#### YOUR GOAL
Beginning with the line below that contains "#220=ORIENTED_EDGE('',*,*,#57,.F.);" and ending with the line that contains "A parametric FreeCAD", copy every line exactly. Copy nothing else.

BEGIN DATA EXTRACTS

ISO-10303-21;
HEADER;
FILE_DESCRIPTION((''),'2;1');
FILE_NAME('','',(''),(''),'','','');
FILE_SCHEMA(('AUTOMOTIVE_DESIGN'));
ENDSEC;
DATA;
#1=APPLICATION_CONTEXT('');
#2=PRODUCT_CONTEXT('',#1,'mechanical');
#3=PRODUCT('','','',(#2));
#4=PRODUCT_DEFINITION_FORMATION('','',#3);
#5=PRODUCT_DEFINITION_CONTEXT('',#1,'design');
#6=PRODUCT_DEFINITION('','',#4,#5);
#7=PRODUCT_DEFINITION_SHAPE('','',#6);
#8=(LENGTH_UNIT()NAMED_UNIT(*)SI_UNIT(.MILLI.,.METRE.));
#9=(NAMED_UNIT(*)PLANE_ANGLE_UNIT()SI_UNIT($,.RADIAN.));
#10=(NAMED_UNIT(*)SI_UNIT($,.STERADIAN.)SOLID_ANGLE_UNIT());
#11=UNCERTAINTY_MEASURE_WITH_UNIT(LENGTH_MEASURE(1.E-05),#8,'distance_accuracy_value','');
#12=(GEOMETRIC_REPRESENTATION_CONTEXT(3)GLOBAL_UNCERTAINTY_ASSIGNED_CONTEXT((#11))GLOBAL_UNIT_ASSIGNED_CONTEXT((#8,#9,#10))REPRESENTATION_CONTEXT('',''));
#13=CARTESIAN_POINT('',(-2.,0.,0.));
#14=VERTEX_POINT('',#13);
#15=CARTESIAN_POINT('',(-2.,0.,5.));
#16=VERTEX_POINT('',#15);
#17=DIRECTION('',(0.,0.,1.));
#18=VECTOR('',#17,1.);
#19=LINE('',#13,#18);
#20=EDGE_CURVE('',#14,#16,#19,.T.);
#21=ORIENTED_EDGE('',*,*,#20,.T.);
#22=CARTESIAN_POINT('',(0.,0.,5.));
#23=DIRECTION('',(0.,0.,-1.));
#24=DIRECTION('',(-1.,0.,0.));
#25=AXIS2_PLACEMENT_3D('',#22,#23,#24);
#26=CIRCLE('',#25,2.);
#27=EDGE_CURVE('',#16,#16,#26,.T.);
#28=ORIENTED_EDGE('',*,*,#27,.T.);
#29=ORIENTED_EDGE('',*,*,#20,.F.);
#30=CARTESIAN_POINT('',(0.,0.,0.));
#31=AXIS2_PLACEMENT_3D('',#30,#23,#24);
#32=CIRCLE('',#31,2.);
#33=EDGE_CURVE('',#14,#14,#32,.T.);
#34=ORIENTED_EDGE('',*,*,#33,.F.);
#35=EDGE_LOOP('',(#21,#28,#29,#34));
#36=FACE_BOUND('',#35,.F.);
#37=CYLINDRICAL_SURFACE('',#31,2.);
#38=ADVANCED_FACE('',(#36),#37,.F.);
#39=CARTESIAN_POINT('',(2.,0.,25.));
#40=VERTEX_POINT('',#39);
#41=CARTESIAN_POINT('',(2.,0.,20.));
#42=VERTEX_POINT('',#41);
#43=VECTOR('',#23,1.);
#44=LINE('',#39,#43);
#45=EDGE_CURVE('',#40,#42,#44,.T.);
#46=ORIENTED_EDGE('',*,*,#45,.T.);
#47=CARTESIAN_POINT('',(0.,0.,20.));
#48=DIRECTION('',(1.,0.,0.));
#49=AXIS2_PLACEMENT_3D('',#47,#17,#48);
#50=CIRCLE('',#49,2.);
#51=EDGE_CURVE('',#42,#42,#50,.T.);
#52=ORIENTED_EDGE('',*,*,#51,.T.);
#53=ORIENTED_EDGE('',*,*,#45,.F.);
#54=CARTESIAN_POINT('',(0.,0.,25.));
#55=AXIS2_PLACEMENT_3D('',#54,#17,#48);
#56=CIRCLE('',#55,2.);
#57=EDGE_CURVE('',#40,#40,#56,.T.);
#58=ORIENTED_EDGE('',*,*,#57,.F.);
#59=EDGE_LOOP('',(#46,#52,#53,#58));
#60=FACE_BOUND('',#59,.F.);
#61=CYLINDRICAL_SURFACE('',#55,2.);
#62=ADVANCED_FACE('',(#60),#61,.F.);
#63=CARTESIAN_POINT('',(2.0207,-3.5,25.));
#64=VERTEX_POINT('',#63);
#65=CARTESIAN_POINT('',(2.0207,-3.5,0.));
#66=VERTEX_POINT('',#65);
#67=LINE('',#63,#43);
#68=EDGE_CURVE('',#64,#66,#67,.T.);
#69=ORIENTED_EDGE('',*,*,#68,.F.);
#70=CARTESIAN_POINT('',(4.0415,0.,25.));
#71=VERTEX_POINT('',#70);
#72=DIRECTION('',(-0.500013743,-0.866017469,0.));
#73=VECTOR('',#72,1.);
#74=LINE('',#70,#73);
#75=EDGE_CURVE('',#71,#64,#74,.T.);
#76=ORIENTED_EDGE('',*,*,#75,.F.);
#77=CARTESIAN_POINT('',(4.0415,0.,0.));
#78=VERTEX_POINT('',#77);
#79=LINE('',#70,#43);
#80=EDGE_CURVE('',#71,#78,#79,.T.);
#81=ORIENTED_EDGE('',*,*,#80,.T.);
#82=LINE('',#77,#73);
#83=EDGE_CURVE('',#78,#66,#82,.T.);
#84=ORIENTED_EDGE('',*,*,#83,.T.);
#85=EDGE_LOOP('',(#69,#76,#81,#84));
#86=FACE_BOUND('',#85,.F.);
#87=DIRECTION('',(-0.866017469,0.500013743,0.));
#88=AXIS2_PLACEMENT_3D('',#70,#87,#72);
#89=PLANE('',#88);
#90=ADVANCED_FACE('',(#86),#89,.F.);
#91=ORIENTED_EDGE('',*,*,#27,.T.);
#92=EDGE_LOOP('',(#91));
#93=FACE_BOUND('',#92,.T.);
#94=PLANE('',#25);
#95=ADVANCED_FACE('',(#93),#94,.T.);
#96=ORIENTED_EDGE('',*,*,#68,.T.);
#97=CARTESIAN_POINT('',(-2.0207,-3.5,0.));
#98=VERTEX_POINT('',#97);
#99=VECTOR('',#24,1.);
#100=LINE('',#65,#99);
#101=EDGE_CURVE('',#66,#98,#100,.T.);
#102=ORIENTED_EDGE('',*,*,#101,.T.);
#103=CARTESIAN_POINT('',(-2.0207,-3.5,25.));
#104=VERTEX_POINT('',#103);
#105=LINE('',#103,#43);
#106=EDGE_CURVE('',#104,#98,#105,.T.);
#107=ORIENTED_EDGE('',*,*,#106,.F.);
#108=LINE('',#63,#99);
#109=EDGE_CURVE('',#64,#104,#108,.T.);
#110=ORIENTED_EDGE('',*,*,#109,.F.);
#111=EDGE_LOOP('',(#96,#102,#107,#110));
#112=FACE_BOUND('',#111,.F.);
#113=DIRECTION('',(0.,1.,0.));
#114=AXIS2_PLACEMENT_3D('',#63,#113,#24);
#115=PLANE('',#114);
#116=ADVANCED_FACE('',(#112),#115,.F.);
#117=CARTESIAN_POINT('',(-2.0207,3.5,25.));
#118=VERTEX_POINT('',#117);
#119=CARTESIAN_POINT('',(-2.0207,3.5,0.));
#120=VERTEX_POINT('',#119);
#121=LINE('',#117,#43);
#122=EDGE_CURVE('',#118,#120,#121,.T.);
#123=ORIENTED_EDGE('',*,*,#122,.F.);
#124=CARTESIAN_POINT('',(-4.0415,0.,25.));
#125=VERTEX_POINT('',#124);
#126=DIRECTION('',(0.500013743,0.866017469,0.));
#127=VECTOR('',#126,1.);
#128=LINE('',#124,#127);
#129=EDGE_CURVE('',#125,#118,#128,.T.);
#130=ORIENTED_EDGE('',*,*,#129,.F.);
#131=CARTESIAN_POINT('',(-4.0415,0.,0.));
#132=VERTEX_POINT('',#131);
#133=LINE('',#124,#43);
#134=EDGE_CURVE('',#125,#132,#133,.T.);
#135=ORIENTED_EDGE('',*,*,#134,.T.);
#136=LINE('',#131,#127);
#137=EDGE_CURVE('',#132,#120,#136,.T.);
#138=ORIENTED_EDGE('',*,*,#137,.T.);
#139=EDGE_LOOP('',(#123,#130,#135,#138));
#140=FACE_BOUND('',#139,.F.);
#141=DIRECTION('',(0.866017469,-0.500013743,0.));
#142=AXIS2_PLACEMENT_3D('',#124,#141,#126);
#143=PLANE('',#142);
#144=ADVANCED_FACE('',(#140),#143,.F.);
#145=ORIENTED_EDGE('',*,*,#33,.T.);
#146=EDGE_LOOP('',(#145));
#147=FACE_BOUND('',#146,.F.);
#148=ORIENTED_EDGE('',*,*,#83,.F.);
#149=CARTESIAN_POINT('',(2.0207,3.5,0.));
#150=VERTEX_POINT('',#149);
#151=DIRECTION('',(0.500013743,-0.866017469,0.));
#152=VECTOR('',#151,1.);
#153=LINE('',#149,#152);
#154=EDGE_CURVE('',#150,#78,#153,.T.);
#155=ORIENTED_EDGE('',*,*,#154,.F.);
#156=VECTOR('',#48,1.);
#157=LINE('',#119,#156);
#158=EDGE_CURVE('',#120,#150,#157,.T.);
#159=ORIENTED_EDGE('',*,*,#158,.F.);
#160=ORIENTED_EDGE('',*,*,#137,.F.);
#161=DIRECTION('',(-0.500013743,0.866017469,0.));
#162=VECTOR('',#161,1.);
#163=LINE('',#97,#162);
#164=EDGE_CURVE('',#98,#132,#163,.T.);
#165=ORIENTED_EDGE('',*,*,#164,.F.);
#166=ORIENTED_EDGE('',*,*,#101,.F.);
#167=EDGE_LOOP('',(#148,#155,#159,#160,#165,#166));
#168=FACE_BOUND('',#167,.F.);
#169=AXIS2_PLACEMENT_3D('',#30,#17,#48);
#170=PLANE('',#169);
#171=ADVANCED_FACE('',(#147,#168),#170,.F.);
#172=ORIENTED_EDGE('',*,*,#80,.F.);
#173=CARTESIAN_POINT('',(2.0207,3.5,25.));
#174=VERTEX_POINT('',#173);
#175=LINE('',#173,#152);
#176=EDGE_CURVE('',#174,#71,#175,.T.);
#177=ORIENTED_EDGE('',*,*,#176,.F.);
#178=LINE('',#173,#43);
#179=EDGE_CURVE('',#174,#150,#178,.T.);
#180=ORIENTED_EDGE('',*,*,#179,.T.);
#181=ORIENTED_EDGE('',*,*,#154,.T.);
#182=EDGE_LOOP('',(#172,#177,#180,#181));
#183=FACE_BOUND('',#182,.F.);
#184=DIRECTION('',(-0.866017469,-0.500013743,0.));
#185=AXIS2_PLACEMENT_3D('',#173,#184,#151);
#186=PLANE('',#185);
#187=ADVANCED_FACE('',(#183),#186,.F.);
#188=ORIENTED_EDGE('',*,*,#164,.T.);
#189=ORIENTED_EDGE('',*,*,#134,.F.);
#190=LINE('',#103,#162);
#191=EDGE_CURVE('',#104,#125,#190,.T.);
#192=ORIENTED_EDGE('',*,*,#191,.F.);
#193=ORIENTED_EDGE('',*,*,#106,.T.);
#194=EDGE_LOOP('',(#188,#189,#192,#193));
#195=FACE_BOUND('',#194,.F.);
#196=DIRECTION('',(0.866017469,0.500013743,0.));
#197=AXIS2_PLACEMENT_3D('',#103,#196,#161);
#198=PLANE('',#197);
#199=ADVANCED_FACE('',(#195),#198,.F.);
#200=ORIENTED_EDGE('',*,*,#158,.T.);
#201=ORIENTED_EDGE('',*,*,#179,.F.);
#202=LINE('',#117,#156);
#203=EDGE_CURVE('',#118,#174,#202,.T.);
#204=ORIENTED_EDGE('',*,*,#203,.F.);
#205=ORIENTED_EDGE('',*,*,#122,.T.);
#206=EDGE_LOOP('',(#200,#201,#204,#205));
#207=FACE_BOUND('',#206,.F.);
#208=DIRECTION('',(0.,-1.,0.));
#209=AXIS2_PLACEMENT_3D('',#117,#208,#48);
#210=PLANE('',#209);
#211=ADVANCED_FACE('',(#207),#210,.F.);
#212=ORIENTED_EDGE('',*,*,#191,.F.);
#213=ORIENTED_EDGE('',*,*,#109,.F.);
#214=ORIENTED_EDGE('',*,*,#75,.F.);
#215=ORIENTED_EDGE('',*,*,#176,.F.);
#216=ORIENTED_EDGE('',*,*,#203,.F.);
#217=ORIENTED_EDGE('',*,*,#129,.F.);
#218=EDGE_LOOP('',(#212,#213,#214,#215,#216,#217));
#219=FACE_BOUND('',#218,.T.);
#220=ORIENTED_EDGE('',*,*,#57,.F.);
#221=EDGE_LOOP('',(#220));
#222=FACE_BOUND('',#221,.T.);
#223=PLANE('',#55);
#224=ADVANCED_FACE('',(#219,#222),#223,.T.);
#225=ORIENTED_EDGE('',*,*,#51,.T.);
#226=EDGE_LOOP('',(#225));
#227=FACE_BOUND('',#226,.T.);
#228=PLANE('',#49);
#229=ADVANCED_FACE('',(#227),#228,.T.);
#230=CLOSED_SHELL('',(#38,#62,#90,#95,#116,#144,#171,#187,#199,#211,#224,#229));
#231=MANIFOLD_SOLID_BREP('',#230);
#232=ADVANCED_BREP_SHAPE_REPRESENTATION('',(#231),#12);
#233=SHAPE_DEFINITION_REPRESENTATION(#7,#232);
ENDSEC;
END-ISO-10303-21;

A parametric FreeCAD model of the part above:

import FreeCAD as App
import Part
import Sketcher
from FreeCAD import Vector
Q = App.Units.Quantity

doc = App.newDocument("Part")
body = doc.addObject("PartDesign::Body", "Body")

# Sketch on XY plane
sketch1 = body.newObject("Sketcher::SketchObject", "Sketch")
sketch1.AttachmentSupport = (doc.getObject("XY_Plane"), [""])
sketch1.MapMode = "FlatFace"
sketch1.addGeometry(Part.Circle(Vector(0, 0, 0), Vector(0, 0, 1), 4.5), False)
sketch1.addConstraint([
    Sketcher.Constraint("Coincident", 0, 3, -1, 1),
    Sketcher.Constraint("Diameter", 0, 9.0),
])
pad1 = body.newObject("PartDesign::Pad", "Pad")
pad1.Profile = sketch1
pad1.Length = 25

# Sketch on XY plane
sketch2 = body.newObject("Sketcher::SketchObject", "Sketch001")
sketch2.AttachmentSupport = (doc.getObject("XY_Plane"), [""])
sketch2.MapMode = "FlatFace"
sketch2.AttachmentOffset = App.Placement(Vector(0, 0, 25), App.Rotation())
sketch2.addGeometry(Part.Circle(Vector(0, 0, 0), Vector(0, 0, 1), 2), False)
sketch2.addConstraint([
    Sketcher.Constraint("Coincident", 0, 3, -1, 1),
    Sketcher.Constraint("Diameter", 0, 4.0),
])
pocket1 = body.newObject("PartDesign::Pocket", "Pocket")
pocket1.Profile = sketch2
pocket1.Length = 5

# Sketch on XY plane
sketch3 = body.newObject("Sketcher::SketchObject", "Sketch002")
sketch3.AttachmentSupport = (doc.getObject("XY_Plane"), [""])
sketch3.MapMode = "FlatFace"
sketch3.addGeometry(Part.Circle(Vector(0, 0, 0), Vector(0, 0, 1), 2), False)
sketch3.addConstraint([
    Sketcher.Constraint("Coincident", 0, 3, -1, 1),
    Sketcher.Constraint("Diameter", 0, 4.0),
])
pocket2 = body.newObject("PartDesign::Pocket", "Pocket001")
pocket2.Profile = sketch3
pocket2.Length = 5
pocket2.Reversed = True

# Sketch on XY plane
sketch4 = body.newObject("Sketcher::SketchObject", "Sketch003")
sketch4.AttachmentSupport = (doc.getObject("XY_Plane"), [""])
sketch4.MapMode = "FlatFace"
sketch4.AttachmentOffset = App.Placement(Vector(0, 0, 25), App.Rotation())
sketch4.addGeometry([
    Part.Circle(Vector(0, 0, 0), Vector(0, 0, 1), 4.5),  # 0
    Part.LineSegment(Vector(-2, 3.5, 0), Vector(2, 3.5, 0)),  # 1
    Part.LineSegment(Vector(2, 3.5, 0), Vector(4, 0, 0)),  # 2
    Part.LineSegment(Vector(4, 0, 0), Vector(2, -3.5, 0)),  # 3
    Part.LineSegment(Vector(2, -3.5, 0), Vector(-2, -3.5, 0)),  # 4
    Part.LineSegment(Vector(-2, -3.5, 0), Vector(-4, 0, 0)),  # 5
    Part.LineSegment(Vector(-4, 0, 0), Vector(-2, 3.5, 0)),  # 6
], False)
sketch4.addConstraint([
    Sketcher.Constraint("Coincident", 1, 2, 2, 1),
    Sketcher.Constraint("Coincident", 2, 2, 3, 1),
    Sketcher.Constraint("Coincident", 3, 2, 4, 1),
    Sketcher.Constraint("Coincident", 4, 2, 5, 1),
    Sketcher.Constraint("Coincident", 5, 2, 6, 1),
    Sketcher.Constraint("Coincident", 6, 2, 1, 1),
    Sketcher.Constraint("Horizontal", 1),
    Sketcher.Constraint("Horizontal", 4),
    Sketcher.Constraint("Coincident", 0, 3, -1, 1),
    Sketcher.Constraint("Symmetric", 1, 2, 4, 2, -1, 1),
    Sketcher.Constraint("Symmetric", 2, 2, 5, 2, -1, 1),
    Sketcher.Constraint("PointOnObject", 2, 2, -1),
    Sketcher.Constraint("Parallel", 3, 6),
    Sketcher.Constraint("Vertical", 1, 2, 3, 2),
    Sketcher.Constraint("Diameter", 0, 9.0),
    Sketcher.Constraint("DistanceY", 3, 2, 1, 2, 7.0),
    Sketcher.Constraint("Angle", 2, Q("-59.999 deg")),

END DATA EXTRACTS

#### YOUR SOLUTION
#220=ORIENTED_EDGE('',*,*,#57,.F.);
#221=EDGE_LOOP('',(#220));
#222=FACE_BOUND('',#221,.T.);
#223=PLANE('',#55);
#224=ADVANCED_FACE('',(#219,#222),#223,.T.);
#225=ORIENTED_EDGE('',*,*,#51,.T.);
#226=EDGE_LOOP('',(#225));
#227=FACE_BOUND('',#226,.T.);
#228=PLANE('',#49);
#229=ADVANCED_FACE('',(#227),#228,.T.);
#230=CLOSED_SHELL('',(#38,#62,#90,#95,#116,#144,#171,#187,#199,#211,#224,#229));
#231=MANIFOLD_SOLID_BREP('',#230);
#232=ADVANCED_BREP_SHAPE_REPRESENTATION('',(#231),#12);
#233=SHAPE_DEFINITION_REPRESENTATION(#7,#232);
ENDSEC;
END-ISO-10303-21;

A parametric FreeCAD model of the part above:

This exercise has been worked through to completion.